Write out again each line of the material below, unchanged, from the first one to the line that holds "# Croquis1 → Saliente-Extruir1 (new body)".

- - - - - - -

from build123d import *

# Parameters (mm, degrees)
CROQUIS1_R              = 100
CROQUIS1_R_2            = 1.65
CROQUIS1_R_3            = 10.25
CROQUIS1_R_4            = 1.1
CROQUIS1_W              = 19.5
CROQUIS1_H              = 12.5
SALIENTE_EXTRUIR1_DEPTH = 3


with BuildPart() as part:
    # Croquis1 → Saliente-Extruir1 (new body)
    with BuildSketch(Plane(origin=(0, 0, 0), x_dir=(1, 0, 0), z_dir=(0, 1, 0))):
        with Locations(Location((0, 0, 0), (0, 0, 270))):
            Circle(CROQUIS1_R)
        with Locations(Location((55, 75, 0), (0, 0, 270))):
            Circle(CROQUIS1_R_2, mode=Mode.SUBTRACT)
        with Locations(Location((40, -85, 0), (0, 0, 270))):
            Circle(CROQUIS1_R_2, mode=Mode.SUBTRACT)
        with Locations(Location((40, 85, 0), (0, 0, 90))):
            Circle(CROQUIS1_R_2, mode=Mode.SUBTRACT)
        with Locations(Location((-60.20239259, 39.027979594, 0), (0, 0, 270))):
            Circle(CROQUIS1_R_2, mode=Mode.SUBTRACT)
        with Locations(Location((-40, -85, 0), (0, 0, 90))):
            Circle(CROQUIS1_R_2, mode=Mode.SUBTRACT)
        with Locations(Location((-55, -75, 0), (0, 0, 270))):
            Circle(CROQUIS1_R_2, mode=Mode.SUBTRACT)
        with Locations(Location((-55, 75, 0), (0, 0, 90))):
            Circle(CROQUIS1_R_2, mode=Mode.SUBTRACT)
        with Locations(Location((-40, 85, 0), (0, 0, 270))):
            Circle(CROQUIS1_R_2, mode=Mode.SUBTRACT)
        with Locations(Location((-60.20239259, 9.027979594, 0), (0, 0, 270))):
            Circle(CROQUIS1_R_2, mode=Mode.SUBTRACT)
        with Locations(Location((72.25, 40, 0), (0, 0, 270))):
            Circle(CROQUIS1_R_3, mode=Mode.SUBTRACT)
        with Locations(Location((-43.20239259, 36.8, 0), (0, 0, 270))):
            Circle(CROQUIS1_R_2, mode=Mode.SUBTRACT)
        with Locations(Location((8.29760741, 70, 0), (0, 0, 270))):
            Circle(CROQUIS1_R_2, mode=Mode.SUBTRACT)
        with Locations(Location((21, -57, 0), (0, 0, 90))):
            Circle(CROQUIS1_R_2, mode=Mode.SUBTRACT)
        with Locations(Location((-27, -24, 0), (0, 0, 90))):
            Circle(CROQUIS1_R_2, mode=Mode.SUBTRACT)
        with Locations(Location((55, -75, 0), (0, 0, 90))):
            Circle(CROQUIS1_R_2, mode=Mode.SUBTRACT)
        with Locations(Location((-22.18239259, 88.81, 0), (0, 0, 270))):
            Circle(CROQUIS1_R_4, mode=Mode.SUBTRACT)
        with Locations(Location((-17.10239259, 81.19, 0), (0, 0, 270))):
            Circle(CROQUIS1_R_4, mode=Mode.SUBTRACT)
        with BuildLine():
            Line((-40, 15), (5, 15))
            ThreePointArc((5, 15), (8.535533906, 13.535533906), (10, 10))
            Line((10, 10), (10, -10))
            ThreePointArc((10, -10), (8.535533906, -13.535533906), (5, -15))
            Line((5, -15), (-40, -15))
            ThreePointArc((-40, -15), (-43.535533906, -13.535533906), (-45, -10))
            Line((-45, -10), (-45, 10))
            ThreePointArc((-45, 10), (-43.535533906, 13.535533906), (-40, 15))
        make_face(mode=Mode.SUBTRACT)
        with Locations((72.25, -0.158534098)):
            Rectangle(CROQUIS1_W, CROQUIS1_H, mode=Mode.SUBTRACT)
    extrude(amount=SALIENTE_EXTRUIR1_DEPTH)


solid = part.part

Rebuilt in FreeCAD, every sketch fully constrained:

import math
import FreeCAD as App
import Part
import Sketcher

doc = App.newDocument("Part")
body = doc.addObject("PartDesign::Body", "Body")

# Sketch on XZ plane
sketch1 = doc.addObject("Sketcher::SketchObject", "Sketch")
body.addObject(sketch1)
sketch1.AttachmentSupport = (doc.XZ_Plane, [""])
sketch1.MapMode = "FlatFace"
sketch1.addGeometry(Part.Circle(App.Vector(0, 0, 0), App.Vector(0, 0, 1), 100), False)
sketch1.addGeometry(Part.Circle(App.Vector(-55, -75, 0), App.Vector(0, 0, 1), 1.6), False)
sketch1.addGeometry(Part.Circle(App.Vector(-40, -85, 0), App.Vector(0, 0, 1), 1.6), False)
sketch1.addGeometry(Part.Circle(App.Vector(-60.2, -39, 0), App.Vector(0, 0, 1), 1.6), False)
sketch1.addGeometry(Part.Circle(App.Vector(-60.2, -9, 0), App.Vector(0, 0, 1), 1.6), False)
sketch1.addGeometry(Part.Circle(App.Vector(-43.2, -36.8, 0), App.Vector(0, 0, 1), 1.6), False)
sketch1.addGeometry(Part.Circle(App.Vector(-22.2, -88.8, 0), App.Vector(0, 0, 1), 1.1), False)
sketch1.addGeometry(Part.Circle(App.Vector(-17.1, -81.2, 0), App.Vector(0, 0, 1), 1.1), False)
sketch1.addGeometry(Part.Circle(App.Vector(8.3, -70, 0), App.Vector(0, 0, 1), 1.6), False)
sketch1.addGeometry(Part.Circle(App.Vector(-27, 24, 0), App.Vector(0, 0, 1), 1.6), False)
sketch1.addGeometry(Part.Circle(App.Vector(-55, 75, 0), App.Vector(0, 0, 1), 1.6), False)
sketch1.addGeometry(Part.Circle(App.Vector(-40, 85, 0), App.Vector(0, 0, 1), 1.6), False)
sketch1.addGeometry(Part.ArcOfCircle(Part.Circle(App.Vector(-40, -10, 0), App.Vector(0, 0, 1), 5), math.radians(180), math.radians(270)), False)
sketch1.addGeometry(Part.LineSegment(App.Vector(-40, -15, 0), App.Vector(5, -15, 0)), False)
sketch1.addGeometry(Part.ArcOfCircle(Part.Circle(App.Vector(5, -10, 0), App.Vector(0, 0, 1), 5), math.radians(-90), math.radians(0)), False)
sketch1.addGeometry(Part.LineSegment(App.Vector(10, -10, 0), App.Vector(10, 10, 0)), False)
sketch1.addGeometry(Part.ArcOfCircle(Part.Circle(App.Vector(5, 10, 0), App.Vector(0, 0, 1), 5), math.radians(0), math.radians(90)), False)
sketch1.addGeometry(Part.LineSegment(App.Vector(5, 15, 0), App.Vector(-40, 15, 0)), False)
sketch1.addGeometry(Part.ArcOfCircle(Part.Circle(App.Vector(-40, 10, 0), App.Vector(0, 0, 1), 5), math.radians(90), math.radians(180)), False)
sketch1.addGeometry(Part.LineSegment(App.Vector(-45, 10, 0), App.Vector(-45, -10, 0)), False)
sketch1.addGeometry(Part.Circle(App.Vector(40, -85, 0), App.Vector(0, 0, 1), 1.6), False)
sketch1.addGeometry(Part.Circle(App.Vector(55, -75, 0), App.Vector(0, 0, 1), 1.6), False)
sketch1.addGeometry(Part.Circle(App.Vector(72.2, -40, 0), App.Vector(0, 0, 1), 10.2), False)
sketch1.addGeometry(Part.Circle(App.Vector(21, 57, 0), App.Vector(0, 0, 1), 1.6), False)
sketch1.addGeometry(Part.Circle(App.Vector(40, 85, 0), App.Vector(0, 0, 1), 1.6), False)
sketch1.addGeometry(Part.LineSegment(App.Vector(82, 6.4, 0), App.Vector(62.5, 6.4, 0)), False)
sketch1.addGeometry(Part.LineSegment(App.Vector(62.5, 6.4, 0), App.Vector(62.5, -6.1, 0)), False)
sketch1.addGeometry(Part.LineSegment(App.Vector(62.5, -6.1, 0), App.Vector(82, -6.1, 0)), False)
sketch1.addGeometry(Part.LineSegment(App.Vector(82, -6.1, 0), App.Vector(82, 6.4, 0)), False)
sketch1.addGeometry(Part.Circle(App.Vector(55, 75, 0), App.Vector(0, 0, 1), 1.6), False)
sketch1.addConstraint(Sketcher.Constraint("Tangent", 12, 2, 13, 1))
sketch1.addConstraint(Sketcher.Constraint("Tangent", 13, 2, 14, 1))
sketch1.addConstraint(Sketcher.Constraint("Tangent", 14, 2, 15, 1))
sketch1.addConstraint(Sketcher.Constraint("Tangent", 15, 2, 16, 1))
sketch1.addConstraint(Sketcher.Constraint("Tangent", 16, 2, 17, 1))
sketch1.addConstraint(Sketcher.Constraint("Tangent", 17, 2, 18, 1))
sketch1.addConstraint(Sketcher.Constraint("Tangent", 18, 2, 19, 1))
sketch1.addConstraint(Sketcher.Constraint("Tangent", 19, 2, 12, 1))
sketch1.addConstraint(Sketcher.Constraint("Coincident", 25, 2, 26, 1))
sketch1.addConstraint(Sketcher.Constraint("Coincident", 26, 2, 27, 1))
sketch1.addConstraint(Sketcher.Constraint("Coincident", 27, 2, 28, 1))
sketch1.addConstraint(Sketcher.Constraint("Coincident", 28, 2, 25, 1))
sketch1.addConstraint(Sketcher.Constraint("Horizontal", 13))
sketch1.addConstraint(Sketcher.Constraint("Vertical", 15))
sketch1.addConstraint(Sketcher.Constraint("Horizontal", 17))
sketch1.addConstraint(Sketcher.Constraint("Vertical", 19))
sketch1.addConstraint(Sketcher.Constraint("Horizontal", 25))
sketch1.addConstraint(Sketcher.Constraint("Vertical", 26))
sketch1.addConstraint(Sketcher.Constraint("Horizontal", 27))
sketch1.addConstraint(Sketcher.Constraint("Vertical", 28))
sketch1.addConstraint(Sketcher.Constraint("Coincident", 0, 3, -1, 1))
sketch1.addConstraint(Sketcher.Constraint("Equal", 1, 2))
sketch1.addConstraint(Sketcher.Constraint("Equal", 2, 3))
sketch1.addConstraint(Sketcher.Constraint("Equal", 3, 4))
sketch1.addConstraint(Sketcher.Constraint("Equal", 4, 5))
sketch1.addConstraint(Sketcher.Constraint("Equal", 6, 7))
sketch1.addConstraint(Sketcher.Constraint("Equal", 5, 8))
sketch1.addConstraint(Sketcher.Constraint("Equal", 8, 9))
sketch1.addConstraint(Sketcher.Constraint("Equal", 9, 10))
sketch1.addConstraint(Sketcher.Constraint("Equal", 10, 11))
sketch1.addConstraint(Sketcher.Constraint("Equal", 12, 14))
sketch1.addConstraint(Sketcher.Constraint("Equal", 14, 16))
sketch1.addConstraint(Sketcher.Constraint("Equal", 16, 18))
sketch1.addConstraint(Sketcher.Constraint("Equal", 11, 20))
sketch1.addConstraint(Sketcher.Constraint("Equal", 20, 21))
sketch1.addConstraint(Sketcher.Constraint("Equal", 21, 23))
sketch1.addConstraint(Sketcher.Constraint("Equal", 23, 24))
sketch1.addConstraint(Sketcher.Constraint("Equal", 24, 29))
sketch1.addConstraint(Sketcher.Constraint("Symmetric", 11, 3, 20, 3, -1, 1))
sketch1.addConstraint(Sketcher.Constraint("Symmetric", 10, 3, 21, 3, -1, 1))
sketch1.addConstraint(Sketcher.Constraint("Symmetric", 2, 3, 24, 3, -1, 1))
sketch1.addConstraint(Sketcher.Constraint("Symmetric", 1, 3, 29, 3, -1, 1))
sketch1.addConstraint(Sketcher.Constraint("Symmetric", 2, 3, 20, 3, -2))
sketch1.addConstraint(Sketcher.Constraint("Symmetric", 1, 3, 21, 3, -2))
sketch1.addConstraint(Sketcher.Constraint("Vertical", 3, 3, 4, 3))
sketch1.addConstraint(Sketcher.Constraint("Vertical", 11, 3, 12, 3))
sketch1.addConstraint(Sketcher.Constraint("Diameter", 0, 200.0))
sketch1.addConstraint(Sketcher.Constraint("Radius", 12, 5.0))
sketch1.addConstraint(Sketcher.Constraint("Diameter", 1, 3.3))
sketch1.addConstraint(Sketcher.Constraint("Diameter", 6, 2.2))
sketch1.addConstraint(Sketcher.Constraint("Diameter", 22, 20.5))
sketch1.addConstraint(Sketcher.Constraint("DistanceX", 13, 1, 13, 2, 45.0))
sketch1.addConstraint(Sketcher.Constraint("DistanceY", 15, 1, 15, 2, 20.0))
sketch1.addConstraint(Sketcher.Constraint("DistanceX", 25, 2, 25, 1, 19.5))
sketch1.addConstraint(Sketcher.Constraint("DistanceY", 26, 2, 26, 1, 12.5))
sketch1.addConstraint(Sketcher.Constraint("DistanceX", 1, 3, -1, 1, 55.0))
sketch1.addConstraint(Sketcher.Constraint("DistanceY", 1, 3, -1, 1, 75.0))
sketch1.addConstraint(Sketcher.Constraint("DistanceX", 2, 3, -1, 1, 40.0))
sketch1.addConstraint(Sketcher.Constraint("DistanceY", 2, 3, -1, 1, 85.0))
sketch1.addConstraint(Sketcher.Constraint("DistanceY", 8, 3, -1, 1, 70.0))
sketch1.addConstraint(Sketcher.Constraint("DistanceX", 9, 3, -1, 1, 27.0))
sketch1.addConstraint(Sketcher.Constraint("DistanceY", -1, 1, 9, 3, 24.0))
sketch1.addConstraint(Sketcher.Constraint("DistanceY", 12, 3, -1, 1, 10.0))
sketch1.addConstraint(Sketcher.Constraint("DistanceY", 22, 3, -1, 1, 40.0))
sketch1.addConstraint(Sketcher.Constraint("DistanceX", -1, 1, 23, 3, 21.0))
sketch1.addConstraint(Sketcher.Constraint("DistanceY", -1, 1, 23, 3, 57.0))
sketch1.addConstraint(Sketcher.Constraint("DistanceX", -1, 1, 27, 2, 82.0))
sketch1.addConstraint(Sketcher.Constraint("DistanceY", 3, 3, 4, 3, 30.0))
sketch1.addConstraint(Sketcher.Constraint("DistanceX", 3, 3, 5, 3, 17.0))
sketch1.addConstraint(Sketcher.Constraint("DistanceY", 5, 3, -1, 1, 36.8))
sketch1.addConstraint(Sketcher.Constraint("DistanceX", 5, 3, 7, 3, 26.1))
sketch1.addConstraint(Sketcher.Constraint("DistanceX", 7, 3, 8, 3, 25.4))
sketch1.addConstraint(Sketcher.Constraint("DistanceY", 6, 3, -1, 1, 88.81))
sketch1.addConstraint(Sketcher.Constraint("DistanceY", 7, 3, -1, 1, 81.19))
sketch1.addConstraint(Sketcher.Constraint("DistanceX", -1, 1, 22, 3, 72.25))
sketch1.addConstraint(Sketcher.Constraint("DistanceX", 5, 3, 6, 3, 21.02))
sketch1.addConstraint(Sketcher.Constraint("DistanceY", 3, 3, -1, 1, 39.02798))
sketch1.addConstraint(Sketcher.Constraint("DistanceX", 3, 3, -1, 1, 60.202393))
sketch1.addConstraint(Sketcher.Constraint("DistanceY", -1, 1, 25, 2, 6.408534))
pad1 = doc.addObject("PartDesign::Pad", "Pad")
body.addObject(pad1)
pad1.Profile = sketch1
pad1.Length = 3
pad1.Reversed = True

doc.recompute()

- - - - - - -

**Result for this task**
from build123d import *

# Parameters (mm, degrees)
CROQUIS1_R              = 100
CROQUIS1_R_2            = 1.65
CROQUIS1_R_3            = 10.25
CROQUIS1_R_4            = 1.1
CROQUIS1_W              = 19.5
CROQUIS1_H              = 12.5
SALIENTE_EXTRUIR1_DEPTH = 3


with BuildPart() as part:
    # Croquis1 → Saliente-Extruir1 (new body)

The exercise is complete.